# Steam-Box im Eigenbau mit Anleitung durch Heise / c't



## Snak3_Plissk3n (13. März 2013)

Hallo zusammen !

Dieses Jahr wird sicher ein Jahr der neuen Konsolengenerationen, 
Sony wie auch Microsoft wollen dieses Jahr ihre neuen Konsolen scheinbar wenn möglich noch auf den Markt bringen. Diesmal ist sogar Valve mit einigen Partnern mit von der Partie, sie wollen Steam-Boxen entwickeln, die es dem User erlauben sollen per "Big Picture"-Modus gemütlich über den heimischen TV das Steam Angebot zu nutzen.

Da es jedoch noch keine konkreten Release Termine gibt und auch davon auszugehen ist, dass die Geräte bei ihrem Marktstart ein erhebliches Loch in das Portemonnaie brennen werden bietet Heise in der c’t Bauvorschläge für Steam-Boxen im Eigenbau an. Diese sollen zwischen 400-615€ kosten, was vermutlich deutlich günstiger sein wird als die neuen Konsolen.
  Ein weiterer Vorteil einer solchen Eigenbau-Lösung ist sicher, dass man diese einfach aufrüsten kann und die Kompatibilität zu der Steam-Plattform gegeben ist, unabhängig von einem Windows- oder Linux-Betriebssystem.


Quellen: 

c't-Steam-Box: Spielkonsole im Eigenbau | heise online

Steam für Linux ist fertig | heise online


----------



## turbosnake (13. März 2013)

Man sie nicht nachbauen da keiner was drin steckt.
Genauso kann man sich eine PS4 nachbauen, ähnliche HW kann  man ja kaufen.

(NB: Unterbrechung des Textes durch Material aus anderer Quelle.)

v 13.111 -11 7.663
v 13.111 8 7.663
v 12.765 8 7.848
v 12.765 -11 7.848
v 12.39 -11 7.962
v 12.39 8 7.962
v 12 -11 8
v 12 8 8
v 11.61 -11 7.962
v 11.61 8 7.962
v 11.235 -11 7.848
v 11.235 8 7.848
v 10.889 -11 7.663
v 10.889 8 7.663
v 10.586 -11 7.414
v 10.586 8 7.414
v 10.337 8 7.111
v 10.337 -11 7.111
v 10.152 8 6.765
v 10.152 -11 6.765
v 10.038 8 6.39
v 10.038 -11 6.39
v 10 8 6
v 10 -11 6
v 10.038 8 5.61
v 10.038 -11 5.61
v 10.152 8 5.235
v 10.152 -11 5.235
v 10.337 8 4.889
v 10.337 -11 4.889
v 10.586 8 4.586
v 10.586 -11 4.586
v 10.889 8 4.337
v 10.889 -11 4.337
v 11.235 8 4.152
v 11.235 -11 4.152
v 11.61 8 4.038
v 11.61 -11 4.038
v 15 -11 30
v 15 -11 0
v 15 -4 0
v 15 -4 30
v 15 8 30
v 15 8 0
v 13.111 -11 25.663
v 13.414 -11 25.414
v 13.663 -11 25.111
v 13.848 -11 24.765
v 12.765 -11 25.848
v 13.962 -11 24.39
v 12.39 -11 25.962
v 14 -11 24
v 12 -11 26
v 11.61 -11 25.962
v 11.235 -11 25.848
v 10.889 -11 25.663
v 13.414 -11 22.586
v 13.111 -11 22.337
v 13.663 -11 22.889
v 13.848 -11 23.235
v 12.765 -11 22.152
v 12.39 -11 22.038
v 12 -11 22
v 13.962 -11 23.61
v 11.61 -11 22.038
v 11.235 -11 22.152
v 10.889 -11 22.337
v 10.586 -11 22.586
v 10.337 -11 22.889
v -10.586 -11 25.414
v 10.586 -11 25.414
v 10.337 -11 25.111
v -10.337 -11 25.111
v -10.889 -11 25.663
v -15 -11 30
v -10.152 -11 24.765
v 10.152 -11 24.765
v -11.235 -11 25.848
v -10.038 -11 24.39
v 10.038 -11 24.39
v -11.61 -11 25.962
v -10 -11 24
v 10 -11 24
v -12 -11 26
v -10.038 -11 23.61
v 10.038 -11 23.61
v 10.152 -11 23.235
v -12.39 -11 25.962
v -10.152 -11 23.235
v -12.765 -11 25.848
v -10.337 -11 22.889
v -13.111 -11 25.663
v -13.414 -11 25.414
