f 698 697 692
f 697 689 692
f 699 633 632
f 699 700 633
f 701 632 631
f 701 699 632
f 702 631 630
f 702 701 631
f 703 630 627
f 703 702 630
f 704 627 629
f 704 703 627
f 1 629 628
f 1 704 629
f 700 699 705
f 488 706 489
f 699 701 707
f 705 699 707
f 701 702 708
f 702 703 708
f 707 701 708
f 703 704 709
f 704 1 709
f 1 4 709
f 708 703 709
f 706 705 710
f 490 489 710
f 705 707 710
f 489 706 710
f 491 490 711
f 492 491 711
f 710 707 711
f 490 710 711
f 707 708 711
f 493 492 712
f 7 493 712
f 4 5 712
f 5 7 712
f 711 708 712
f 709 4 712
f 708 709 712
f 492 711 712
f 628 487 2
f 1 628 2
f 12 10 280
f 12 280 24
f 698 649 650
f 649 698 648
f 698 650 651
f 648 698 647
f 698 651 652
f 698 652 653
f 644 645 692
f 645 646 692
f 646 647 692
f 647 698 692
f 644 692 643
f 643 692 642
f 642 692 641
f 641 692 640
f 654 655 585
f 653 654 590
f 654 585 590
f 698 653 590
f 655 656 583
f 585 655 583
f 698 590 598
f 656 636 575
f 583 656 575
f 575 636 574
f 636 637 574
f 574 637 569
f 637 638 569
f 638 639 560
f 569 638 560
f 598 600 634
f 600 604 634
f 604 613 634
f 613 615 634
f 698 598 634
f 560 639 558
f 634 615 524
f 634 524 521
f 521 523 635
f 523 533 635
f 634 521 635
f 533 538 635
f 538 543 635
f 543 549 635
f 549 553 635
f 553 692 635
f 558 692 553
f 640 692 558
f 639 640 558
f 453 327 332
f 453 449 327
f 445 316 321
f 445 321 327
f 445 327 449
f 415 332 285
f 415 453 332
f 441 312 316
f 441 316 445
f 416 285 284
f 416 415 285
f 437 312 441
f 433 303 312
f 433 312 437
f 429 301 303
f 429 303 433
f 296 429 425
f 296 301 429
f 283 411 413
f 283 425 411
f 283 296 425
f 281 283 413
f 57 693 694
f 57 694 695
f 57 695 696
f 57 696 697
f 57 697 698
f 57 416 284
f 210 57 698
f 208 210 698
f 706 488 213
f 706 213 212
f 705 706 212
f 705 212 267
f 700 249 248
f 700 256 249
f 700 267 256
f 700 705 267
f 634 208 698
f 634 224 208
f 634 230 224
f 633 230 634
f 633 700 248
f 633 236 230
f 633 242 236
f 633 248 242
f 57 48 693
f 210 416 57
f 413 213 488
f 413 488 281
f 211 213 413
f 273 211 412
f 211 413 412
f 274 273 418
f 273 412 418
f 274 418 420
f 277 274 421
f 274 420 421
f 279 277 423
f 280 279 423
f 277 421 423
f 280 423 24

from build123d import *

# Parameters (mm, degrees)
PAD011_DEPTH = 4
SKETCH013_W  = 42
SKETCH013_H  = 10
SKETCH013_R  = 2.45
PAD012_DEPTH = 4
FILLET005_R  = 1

Imho ein schlechte Überschrift der ct.


----------



## M4xw0lf (13. März 2013)

Die Steambox wird keine custom-Hardware verwenden, nach allem was man weiß. Insofern kann man sie sich also schon sleber bauen.


----------



## Rolk (13. März 2013)

Eigentlich wäre es gar nicht schlecht wenn man auch hier im Forum ein paar Bauanleitungen für Mini PCs pinnen würde, die sich logischerweise dann auch als Steambox nutzen lassen. Beim Bau von so einem Mini PC kann einiges schief gehen was man im Vorfeld gar nicht bedacht hat, Stichwort Platzprobleme im Case oder zu warme/laute Komponenten.


----------



## bofferbrauer (13. März 2013)

Joa, kann man

Und die minimalversion, die sie in der c't zusammenbauen, erinnert doch irgendwie and die PS4/NeXtBox mit 8GiB Ram und A10 5700 APU. Sie kommen dabei übrigens auf rund 400€ (ohne Laufwerk), was imo ein guter Indikator für einen eventuellen Preis für die kommenden Konsolen ist. Klar ist die APU eine andere und was GDDR im Vergleich zu normalen DDR3 RAM kostet, weiß ich auch nicht, aber dafür kriegen sie ja die komponenten normalerweise auch billiger als Endkunden.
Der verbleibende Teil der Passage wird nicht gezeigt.